Sifting through countless of stocks in the Semiconductors & Semiconductor Equipment industry can be tedious, and sometimes two stocks are just too similar to judge which is the better investment. If you’re on the fence about investing in Entegris, Inc. or Arm Holdings plc because you’re not sure how they measure up, it’s important to compare them on a few factors before making your decision.
Read on to learn how Entegris, Inc. and Arm Holdings plc compare based on key financial metrics to determine which better meets your investment needs.
About Entegris, Inc. and Arm Holdings plc
Entegris, Inc. provides advanced materials and process solutions for the semiconductor and other high-technology industries in North America, Taiwan, South Korea, Japan, China, Europe, and Southeast Asia. It operates in two segments, Materials Solutions (MS) and Advanced Purity Solutions (APS). The MS segment provides materials-based solutions, such as chemical vapor and atomic layer deposition materials, chemical mechanical planarization slurries and pads, ion implantation specialty gases, formulated etch and clean materials, and other specialty materials. The APS segment offers filtration, purification, and contamination-control solutions for the semiconductor manufacturing processes, semiconductor ecosystem, and other high-technology industries. The company’s customers include logic and memory semiconductor device manufacturers, semiconductor equipment makers, gas and chemical manufacturing companies, and wafer grower companies; and outsourced semiconductor assembly and test facilities, flat panel display equipment makers, and manufacturers of hard disk drive components and devices. It serves manufacturers and suppliers in the solar and life science industries, electrical discharge machining customers, glass manufacturers, aerospace manufacturers, and manufacturers of biomedical implantation devices. Entegris, Inc. was founded in 1966 and is headquartered in Billerica, Massachusetts.
Arm Holdings plc architects, developers, licensing, marketing, research and development of central processing unit (CPU) intellectual property (IP), graphics processing unit IP, systems IP, compute subsystems (CSS), and associated software, tools and other related services in the United States, People’s Republic of China, Japan, Taiwan, Republic of Korea, and internationally. The company provides a product portfolio, including CPU IP, GPU and neural processing unit (NPU) accelerators, system IP such as interconnects, compute platform products including pre-integrated CSSs, and development tools and software. The company serves semiconductor companies, original equipment manufacturers (OEMs), cloud service providers (CSPs), and organizations developing chips for end markets such as smartphones, consumer electronics, industrial IoT, embedded systems, cloud data centers, networking, automotive, and robotics. The company was founded in 1990 and is headquartered in Cambridge, the United Kingdom. Arm Holdings plc is a subsidiary of SoftBank Group Corp.

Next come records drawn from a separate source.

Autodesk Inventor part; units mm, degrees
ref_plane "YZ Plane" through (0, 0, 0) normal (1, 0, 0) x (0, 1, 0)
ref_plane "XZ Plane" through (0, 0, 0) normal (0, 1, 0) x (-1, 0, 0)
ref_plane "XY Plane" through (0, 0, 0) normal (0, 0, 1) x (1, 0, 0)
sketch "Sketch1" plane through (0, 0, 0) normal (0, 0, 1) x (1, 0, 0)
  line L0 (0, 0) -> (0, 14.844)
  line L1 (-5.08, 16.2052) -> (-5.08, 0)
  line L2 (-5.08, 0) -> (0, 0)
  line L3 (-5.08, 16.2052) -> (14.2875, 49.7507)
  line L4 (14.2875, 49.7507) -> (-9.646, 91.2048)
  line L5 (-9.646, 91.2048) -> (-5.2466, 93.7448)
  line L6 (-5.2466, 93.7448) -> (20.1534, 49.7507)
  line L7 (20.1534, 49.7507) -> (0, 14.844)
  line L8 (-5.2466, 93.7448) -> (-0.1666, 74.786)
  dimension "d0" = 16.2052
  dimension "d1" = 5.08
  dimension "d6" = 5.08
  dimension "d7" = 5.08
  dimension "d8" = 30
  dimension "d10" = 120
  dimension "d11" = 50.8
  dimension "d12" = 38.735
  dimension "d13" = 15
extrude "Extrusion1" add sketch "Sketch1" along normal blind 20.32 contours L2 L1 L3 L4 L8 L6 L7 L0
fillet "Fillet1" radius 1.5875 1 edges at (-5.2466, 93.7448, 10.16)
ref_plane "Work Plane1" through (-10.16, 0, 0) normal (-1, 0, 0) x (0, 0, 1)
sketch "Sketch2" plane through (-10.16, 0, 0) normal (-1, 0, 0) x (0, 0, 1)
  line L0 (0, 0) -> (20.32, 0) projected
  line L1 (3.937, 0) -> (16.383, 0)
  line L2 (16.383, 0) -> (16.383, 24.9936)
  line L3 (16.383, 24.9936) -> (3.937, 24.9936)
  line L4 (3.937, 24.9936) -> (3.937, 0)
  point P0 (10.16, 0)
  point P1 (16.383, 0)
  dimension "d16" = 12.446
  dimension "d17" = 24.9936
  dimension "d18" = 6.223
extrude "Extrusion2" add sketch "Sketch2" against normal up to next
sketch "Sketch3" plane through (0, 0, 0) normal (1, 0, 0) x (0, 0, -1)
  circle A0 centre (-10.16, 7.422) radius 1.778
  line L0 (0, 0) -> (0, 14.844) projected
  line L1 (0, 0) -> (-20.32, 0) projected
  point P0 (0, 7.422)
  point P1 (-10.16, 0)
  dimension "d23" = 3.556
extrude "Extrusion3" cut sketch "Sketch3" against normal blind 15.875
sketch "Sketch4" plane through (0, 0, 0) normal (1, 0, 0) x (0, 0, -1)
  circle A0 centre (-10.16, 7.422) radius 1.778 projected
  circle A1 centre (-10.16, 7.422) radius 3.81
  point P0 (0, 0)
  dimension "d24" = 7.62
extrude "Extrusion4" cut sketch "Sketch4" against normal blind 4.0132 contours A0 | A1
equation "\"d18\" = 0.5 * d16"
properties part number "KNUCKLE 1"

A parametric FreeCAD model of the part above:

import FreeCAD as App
import Part
import Sketcher

V = App.Vector
Q = App.Units.Quantity


def edges_at(feature, points):
    """Names of the edges that pass closest to the given points."""
    edges = feature.Shape.Edges
    near = lambda p: min(range(len(edges)), key=lambda i: edges[i].distToShape(Part.Vertex(*p))[0])
    return sorted({f"Edge{near(p) + 1}" for p in points})


def add_polygon(sketch, points):
    """Adds a closed chain of lines whose ends are joined by coincident constraints."""
    first, n = sketch.GeometryCount, len(points)
    for a, b in zip(points, points[1:] + points[:1]):
        sketch.addGeometry(Part.LineSegment(App.Vector(*a, 0), App.Vector(*b, 0)), False)
    for i in range(n):
        sketch.addConstraint(Sketcher.Constraint("Coincident", first + i, 2, first + (i + 1) % n, 1))

doc = App.newDocument("Part")
body = doc.addObject("PartDesign::Body", "Body")

sketch1 = body.newObject("Sketcher::SketchObject", "Sketch")
sketch1.AttachmentSupport = (doc.getObject("XY_Plane"), [""])
sketch1.MapMode = "FlatFace"
add_polygon(sketch1, [(-5.08, 0), (0, 0), (0, 14.844), (20.1534, 49.7507), (-5.2466, 93.7448), (-0.166612, 74.785993), (14.2875, 49.7507), (-5.08, 16.2052)])
sketch1.addConstraint([
    Sketcher.Constraint("Horizontal", 0),
    Sketcher.Constraint("Vertical", 1),
    Sketcher.Constraint("Vertical", 7),
    Sketcher.Constraint("Coincident", 0, 2, -1, 1),
    Sketcher.Constraint("Parallel", 3, 5),
    Sketcher.Constraint("Parallel", 2, 6),
    Sketcher.Constraint("Horizontal", 2, 2, 5, 2),
    Sketcher.Constraint("Distance", 3, Q("2 in")),
    Sketcher.Constraint("DistanceX", 0, 1, 0, 2, Q("0.2 in")),
    Sketcher.Constraint("Angle", 3, Q("120 deg")),
    Sketcher.Constraint("Angle", 6, Q("-120 deg")),
    Sketcher.Constraint("DistanceX", 3, 2, 4, 2, Q("0.2 in")),
    Sketcher.Constraint("DistanceY", 7, 2, 7, 1, Q("0.638 in")),
    Sketcher.Constraint("Distance", 6, Q("1.525 in")),
    Sketcher.Constraint("Angle", 4, Q("-75 deg")),
])
pad1 = body.newObject("PartDesign::Pad", "Pad")
pad1.Profile = sketch1
pad1.Length = Q("0.8 in")
doc.recompute()

fillet = body.newObject("PartDesign::Fillet", "Fillet")
fillet.Base = (pad1, edges_at(pad1, [(-5.247, 93.745, 10.16)]))
fillet.Radius = Q("0.0625 in")

sketch2 = body.newObject("Sketcher::SketchObject", "Sketch001")
sketch2.AttachmentSupport = (doc.getObject("YZ_Plane"), [""])
sketch2.MapMode = "FlatFace"
sketch2.AttachmentOffset = App.Placement(V(0, 0, -0.4 * 25.4), App.Rotation())
add_polygon(sketch2, [(24.9936, 3.937), (0, 3.937), (0, 16.383), (24.9936, 16.383)])
sketch2.addConstraint([
    Sketcher.Constraint("Horizontal", 0),
    Sketcher.Constraint("Vertical", 1),
    Sketcher.Constraint("Horizontal", 2),
    Sketcher.Constraint("Vertical", 3),
    Sketcher.Constraint("PointOnObject", 0, 2, -2),
    Sketcher.Constraint("DistanceY", 1, 1, 1, 2, Q("0.49 in")),
    Sketcher.Constraint("DistanceX", 0, 2, 0, 1, Q("0.984 in")),
    Sketcher.Constraint("DistanceY", -1, 1, 0, 2, Q("0.155 in")),
])
pad2 = body.newObject("PartDesign::Pad", "Pad001")
pad2.Profile = sketch2
pad2.Length = 10.154

sketch3 = body.newObject("Sketcher::SketchObject", "Sketch002")
sketch3.AttachmentSupport = (doc.getObject("YZ_Plane"), [""])
sketch3.MapMode = "FlatFace"
sketch3.addGeometry(Part.Circle(V(7.422, 10.16, 0), V(0, 0, 1), 1.778), False)
sketch3.addConstraint([
    Sketcher.Constraint("Diameter", 0, Q("0.14 in")),
    Sketcher.Constraint("DistanceY", -1, 1, 0, 3, Q("0.4 in")),
    Sketcher.Constraint("DistanceX", -1, 1, 0, 3, Q("0.2922 in")),
])
pocket1 = body.newObject("PartDesign::Pocket", "Pocket")
pocket1.Profile = sketch3
pocket1.Length = Q("0.625 in")

sketch4 = body.newObject("Sketcher::SketchObject", "Sketch003")
sketch4.AttachmentSupport = (doc.getObject("YZ_Plane"), [""])
sketch4.MapMode = "FlatFace"
sketch4.addGeometry(Part.Circle(V(7.422, 10.16, 0), V(0, 0, 1), 3.81), False)
sketch4.addConstraint([
    Sketcher.Constraint("Diameter", 0, Q("0.3 in")),
    Sketcher.Constraint("DistanceY", -1, 1, 0, 3, Q("0.4 in")),
    Sketcher.Constraint("DistanceX", -1, 1, 0, 3, Q("0.2922 in")),
])
pocket2 = body.newObject("PartDesign::Pocket", "Pocket001")
pocket2.Profile = sketch4
pocket2.Length = Q("0.158 in")

doc.recompute()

Latest Semiconductors & Semiconductor Equipment and Entegris, Inc., Arm Holdings plc Stock News
As of May 28, 2026, Entegris, Inc. had a $21.1 billion market capitalization, compared to the Semiconductors & Semiconductor Equipment median of $5.8 million. Entegris, Inc.’s stock is NA in 2026, NA in the previous five trading days and up 84.76% in the past year.
Currently, Entegris, Inc.’s price-earnings ratio is 79.5. Entegris, Inc.’s trailing 12-month revenue is $3.2 billion with a 8.2% net profit margin. Year-over-year quarterly sales growth most recently was 5.0%. Analysts expect adjusted earnings to reach $3.635 per share for the current fiscal year. Entegris, Inc. currently has a 0.3% dividend yield.
Currently, Arm Holdings plc’s price-earnings ratio is 394.4. Arm Holdings plc’s trailing 12-month revenue is $4.9 billion with a 18.4% net profit margin. Year-over-year quarterly sales growth most recently was 20.1%. Analysts expect adjusted earnings to reach $2.167 per share for the current fiscal year. Arm Holdings plc does not currently pay a dividend.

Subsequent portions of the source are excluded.